● AIM OF THE EXERCISE: Beneath this task are records; print exactly the stretch of them from the line with "f 100 102 71" through the line with "f 142 55 58", both ends included.

● AVAILABLE RECORDS:
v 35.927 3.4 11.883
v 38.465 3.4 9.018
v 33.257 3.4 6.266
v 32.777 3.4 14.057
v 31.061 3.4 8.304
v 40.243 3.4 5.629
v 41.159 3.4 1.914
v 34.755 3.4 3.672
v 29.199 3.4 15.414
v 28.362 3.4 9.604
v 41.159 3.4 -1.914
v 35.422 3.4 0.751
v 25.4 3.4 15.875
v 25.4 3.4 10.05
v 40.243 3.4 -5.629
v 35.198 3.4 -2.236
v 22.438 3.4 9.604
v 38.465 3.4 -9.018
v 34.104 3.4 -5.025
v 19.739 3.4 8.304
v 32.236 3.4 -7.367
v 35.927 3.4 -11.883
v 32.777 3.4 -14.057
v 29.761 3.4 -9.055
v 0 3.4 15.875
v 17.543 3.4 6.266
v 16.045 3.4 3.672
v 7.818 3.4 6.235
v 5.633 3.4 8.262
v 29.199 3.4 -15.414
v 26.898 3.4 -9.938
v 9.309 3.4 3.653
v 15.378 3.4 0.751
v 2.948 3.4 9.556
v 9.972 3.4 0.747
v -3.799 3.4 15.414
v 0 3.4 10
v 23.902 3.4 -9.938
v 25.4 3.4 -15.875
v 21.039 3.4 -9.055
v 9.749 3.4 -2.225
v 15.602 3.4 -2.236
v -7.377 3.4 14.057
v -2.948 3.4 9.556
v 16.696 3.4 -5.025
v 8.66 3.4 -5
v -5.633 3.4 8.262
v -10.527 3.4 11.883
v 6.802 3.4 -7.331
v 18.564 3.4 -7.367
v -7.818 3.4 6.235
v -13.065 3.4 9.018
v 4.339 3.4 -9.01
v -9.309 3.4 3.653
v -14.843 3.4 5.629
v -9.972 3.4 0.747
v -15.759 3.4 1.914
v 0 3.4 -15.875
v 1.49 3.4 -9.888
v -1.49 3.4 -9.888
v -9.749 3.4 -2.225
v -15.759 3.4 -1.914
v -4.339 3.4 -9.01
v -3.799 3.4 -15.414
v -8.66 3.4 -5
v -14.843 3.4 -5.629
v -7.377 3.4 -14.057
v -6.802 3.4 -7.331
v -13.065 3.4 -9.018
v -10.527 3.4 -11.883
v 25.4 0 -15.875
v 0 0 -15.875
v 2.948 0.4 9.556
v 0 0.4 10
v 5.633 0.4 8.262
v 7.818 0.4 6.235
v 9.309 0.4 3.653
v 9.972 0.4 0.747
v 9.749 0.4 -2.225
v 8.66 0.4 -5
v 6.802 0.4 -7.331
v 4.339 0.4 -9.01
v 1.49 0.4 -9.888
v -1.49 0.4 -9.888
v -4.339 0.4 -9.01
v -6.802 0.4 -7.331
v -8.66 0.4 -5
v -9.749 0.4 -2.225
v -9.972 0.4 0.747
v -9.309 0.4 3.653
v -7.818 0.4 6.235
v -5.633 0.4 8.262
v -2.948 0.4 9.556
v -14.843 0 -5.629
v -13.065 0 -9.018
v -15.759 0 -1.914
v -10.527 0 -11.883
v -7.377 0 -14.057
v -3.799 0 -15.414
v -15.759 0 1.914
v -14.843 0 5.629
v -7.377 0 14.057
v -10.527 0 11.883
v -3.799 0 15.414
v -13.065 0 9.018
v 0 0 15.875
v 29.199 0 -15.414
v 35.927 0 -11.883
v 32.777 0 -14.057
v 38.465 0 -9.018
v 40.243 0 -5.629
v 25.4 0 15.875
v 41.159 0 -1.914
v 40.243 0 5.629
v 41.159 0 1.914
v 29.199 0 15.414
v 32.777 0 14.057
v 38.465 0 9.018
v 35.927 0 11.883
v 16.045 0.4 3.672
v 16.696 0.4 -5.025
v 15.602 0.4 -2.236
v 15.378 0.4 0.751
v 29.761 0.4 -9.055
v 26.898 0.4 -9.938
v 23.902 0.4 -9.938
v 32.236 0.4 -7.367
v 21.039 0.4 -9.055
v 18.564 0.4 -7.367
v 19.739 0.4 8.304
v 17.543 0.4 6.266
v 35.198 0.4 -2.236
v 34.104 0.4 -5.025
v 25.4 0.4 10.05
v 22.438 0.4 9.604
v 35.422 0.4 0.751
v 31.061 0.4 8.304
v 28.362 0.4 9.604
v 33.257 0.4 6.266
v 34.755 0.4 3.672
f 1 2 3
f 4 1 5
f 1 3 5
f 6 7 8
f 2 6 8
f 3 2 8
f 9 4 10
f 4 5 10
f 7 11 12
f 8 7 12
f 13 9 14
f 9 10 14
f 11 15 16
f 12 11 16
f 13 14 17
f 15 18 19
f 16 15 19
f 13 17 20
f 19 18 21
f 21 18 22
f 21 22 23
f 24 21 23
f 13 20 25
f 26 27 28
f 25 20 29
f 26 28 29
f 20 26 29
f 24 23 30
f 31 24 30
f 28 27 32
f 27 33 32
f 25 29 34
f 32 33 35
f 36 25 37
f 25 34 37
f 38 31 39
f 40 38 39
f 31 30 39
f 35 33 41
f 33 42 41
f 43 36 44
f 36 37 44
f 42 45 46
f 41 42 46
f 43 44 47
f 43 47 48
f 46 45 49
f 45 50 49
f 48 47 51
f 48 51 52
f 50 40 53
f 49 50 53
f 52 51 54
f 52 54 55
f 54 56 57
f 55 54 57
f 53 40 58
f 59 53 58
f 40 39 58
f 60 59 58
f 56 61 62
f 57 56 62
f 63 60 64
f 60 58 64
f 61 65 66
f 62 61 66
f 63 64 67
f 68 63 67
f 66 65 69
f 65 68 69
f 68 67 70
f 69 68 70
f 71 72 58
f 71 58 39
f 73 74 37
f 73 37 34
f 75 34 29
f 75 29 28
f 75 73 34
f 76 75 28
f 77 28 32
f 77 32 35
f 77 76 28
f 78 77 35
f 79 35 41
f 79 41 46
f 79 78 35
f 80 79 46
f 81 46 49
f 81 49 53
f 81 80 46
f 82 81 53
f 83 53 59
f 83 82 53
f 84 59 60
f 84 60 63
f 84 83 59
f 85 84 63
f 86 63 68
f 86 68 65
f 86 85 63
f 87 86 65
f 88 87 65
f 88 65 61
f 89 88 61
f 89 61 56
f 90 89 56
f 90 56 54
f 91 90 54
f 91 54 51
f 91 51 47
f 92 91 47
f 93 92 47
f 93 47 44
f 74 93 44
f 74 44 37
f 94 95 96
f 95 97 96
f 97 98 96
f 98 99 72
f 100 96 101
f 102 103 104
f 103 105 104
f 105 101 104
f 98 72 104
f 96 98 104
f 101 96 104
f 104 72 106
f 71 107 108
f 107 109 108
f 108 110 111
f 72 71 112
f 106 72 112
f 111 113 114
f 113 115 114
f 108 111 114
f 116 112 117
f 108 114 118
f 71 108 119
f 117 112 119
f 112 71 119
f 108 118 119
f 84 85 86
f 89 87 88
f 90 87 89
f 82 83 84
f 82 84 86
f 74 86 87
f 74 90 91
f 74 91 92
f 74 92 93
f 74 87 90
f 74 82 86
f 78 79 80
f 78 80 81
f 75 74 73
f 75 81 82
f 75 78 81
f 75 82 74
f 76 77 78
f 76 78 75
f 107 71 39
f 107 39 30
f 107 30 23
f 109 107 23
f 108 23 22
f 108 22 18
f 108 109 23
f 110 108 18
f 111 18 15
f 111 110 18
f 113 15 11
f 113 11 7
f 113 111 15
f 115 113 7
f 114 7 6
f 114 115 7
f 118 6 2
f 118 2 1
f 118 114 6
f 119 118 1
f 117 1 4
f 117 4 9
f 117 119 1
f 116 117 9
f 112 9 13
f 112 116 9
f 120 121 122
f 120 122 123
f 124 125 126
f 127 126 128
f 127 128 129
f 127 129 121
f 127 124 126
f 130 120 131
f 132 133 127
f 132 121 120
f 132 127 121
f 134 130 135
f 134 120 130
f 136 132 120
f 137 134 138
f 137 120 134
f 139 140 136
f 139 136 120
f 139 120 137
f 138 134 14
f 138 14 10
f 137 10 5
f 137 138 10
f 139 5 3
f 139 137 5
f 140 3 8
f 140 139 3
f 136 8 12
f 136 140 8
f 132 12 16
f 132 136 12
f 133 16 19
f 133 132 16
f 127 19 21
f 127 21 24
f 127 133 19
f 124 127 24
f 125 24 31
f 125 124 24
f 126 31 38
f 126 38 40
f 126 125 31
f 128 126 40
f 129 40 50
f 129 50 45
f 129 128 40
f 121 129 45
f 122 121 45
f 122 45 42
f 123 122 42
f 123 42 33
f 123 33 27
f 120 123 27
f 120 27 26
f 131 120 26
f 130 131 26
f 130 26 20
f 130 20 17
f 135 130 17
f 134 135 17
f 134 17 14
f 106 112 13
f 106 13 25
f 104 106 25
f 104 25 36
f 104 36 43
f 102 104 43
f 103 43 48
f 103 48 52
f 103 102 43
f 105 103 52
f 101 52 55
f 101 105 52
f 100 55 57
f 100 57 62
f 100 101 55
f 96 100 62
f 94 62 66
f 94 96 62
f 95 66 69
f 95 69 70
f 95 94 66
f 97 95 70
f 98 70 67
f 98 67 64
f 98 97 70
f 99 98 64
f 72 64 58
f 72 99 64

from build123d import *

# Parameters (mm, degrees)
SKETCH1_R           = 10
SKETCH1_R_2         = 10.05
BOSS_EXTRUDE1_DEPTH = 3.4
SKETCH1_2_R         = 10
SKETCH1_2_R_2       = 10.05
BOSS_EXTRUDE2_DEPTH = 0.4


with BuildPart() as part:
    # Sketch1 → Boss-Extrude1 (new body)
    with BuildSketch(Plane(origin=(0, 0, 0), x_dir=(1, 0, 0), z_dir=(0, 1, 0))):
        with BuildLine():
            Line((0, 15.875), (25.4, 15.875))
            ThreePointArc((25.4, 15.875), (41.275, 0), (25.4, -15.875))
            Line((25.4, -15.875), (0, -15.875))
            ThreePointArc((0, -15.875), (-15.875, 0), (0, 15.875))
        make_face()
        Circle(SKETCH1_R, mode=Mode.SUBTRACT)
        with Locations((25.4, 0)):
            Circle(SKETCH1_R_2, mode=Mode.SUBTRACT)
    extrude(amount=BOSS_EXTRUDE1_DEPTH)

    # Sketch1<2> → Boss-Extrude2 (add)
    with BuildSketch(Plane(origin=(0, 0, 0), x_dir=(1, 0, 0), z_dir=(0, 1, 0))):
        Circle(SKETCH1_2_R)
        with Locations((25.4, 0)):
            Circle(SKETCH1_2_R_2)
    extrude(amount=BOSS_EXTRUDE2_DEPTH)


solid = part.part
* * *
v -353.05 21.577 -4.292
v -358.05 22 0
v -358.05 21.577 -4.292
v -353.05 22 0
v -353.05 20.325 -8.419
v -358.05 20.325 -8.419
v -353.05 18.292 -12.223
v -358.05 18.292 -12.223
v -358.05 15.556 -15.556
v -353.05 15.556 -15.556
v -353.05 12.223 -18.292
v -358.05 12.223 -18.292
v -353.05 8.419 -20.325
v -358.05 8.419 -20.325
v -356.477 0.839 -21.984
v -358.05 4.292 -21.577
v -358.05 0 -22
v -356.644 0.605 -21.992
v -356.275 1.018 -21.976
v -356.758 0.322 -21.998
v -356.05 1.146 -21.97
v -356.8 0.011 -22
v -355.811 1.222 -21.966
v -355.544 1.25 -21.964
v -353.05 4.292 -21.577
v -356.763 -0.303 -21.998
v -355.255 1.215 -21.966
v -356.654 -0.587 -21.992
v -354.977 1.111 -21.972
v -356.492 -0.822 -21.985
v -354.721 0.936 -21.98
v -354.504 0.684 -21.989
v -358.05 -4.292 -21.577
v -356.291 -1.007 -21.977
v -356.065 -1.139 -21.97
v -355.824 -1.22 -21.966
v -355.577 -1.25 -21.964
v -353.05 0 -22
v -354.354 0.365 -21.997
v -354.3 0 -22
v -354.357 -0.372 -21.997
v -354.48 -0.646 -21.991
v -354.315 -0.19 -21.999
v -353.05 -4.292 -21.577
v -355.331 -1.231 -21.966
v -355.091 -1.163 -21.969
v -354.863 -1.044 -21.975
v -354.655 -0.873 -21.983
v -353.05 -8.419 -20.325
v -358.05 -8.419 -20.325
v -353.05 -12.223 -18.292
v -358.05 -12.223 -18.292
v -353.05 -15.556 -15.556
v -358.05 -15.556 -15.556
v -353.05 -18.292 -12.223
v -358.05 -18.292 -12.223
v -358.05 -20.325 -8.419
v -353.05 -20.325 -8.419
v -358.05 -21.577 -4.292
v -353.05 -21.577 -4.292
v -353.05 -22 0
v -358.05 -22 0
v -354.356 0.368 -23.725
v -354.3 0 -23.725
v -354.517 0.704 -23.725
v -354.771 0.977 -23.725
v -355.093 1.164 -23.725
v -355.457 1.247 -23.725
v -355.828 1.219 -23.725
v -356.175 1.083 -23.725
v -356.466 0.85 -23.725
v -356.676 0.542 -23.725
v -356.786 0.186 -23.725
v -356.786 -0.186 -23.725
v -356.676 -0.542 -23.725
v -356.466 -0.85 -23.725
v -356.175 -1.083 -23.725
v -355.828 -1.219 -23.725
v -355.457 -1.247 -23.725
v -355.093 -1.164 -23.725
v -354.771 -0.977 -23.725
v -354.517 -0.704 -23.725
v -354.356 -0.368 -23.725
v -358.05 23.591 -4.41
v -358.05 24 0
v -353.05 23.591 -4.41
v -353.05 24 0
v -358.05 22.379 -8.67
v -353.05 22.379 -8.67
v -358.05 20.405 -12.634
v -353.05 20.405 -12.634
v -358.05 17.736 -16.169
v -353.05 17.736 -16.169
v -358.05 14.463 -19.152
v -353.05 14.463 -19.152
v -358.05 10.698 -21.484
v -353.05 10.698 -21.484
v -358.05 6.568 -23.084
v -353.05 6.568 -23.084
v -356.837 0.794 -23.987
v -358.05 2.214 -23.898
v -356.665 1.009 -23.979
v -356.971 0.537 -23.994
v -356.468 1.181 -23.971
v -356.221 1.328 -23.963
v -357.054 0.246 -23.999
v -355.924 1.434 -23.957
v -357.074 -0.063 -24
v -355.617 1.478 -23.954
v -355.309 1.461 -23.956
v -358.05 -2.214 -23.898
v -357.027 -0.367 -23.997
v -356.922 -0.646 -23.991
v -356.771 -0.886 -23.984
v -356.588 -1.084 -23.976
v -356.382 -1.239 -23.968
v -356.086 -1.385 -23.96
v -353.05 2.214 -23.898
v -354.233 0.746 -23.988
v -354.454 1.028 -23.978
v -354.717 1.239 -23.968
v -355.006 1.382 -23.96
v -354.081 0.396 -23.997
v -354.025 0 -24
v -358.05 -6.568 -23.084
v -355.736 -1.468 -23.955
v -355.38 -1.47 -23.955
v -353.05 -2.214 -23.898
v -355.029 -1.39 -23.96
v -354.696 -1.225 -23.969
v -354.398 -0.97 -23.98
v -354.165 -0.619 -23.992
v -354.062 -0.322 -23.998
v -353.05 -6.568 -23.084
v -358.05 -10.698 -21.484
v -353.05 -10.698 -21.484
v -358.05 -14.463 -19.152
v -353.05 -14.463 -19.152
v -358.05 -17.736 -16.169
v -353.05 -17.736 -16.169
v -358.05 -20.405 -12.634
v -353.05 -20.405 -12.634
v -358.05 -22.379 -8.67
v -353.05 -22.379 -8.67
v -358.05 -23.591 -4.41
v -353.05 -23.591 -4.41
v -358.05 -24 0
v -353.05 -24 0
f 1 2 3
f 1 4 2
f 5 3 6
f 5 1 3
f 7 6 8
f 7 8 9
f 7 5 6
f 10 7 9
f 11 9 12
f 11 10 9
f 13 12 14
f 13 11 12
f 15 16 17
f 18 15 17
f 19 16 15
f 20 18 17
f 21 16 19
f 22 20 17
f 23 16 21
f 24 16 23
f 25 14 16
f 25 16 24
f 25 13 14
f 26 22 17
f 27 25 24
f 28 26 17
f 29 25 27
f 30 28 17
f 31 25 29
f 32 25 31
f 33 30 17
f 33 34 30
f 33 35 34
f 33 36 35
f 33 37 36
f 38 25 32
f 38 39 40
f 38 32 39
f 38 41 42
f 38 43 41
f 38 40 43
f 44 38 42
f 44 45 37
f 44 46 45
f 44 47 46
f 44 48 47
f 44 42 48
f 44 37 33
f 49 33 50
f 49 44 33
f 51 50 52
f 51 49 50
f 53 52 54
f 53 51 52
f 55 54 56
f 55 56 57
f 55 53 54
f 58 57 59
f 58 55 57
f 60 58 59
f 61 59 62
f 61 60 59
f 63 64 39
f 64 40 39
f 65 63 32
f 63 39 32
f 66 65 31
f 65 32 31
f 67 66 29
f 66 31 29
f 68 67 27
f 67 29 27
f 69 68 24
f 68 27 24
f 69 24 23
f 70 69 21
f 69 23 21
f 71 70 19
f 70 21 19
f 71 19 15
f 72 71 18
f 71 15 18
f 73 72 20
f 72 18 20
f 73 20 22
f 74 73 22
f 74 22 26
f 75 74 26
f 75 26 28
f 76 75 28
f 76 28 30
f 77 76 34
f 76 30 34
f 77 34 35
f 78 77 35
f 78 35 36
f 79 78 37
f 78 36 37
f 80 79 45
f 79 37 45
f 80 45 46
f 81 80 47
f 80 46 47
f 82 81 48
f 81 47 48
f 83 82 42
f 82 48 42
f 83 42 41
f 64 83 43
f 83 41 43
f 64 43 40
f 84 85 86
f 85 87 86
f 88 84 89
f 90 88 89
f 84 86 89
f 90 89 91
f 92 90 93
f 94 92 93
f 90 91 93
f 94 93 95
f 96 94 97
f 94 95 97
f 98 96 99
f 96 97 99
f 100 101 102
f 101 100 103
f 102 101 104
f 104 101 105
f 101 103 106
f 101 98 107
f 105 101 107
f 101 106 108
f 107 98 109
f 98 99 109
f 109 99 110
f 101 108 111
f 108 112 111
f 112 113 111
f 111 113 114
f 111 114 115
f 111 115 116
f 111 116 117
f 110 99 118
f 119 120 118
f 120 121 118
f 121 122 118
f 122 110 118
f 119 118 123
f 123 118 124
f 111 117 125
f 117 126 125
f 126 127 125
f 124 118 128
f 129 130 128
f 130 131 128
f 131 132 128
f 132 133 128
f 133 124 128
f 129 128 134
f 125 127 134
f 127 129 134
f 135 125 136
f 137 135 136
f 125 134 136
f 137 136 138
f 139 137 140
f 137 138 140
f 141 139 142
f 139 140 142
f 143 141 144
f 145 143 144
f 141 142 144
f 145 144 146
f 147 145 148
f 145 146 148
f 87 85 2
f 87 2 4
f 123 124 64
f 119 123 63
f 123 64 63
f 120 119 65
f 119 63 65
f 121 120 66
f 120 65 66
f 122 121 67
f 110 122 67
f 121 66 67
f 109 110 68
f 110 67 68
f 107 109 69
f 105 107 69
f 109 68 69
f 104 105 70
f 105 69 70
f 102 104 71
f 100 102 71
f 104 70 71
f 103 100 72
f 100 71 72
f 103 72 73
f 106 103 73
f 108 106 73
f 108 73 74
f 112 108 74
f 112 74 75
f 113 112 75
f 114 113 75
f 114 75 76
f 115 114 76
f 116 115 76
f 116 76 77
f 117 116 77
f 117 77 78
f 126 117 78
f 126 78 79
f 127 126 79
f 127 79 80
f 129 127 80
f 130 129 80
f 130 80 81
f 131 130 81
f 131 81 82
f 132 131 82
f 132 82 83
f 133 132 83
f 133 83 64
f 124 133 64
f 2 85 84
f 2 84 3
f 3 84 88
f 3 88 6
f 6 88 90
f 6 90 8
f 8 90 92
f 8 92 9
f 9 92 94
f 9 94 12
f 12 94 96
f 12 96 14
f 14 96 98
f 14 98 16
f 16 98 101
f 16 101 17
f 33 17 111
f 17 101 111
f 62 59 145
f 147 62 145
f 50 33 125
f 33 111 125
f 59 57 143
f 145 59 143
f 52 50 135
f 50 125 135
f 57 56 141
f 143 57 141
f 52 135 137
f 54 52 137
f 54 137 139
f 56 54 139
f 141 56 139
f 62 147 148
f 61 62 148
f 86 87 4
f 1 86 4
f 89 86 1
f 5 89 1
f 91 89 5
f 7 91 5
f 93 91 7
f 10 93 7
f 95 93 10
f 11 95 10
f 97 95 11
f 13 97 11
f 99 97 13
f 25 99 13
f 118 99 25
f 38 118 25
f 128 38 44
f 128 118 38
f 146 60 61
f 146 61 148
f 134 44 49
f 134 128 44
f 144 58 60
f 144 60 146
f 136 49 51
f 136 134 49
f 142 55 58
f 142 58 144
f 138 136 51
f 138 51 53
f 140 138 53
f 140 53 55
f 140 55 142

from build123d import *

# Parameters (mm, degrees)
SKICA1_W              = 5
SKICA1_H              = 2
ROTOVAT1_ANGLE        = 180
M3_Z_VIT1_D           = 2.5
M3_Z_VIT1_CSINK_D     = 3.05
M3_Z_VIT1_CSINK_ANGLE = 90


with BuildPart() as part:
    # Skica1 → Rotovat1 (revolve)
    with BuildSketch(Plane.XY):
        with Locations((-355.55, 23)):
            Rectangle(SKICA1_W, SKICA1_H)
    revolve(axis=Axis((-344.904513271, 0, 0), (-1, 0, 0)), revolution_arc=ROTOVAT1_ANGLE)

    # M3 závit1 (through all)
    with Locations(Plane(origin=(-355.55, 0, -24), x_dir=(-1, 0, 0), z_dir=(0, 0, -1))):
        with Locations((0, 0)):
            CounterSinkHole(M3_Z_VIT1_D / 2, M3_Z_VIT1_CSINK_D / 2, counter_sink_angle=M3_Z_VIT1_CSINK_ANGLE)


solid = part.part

● ANSWER TO THE EXERCISE:
f 100 102 71
f 104 70 71
f 103 100 72
f 100 71 72
f 103 72 73
f 106 103 73
f 108 106 73
f 108 73 74
f 112 108 74
f 112 74 75
f 113 112 75
f 114 113 75
f 114 75 76
f 115 114 76
f 116 115 76
f 116 76 77
f 117 116 77
f 117 77 78
f 126 117 78
f 126 78 79
f 127 126 79
f 127 79 80
f 129 127 80
f 130 129 80
f 130 80 81
f 131 130 81
f 131 81 82
f 132 131 82
f 132 82 83
f 133 132 83
f 133 83 64
f 124 133 64
f 2 85 84
f 2 84 3
f 3 84 88
f 3 88 6
f 6 88 90
f 6 90 8
f 8 90 92
f 8 92 9
f 9 92 94
f 9 94 12
f 12 94 96
f 12 96 14
f 14 96 98
f 14 98 16
f 16 98 101
f 16 101 17
f 33 17 111
f 17 101 111
f 62 59 145
f 147 62 145
f 50 33 125
f 33 111 125
f 59 57 143
f 145 59 143
f 52 50 135
f 50 125 135
f 57 56 141
f 143 57 141
f 52 135 137
f 54 52 137
f 54 137 139
f 56 54 139
f 141 56 139
f 62 147 148
f 61 62 148
f 86 87 4
f 1 86 4
f 89 86 1
f 5 89 1
f 91 89 5
f 7 91 5
f 93 91 7
f 10 93 7
f 95 93 10
f 11 95 10
f 97 95 11
f 13 97 11
f 99 97 13
f 25 99 13
f 118 99 25
f 38 118 25
f 128 38 44
f 128 118 38
f 146 60 61
f 146 61 148
f 134 44 49
f 134 128 44
f 144 58 60
f 144 60 146
f 136 49 51
f 136 134 49
f 142 55 58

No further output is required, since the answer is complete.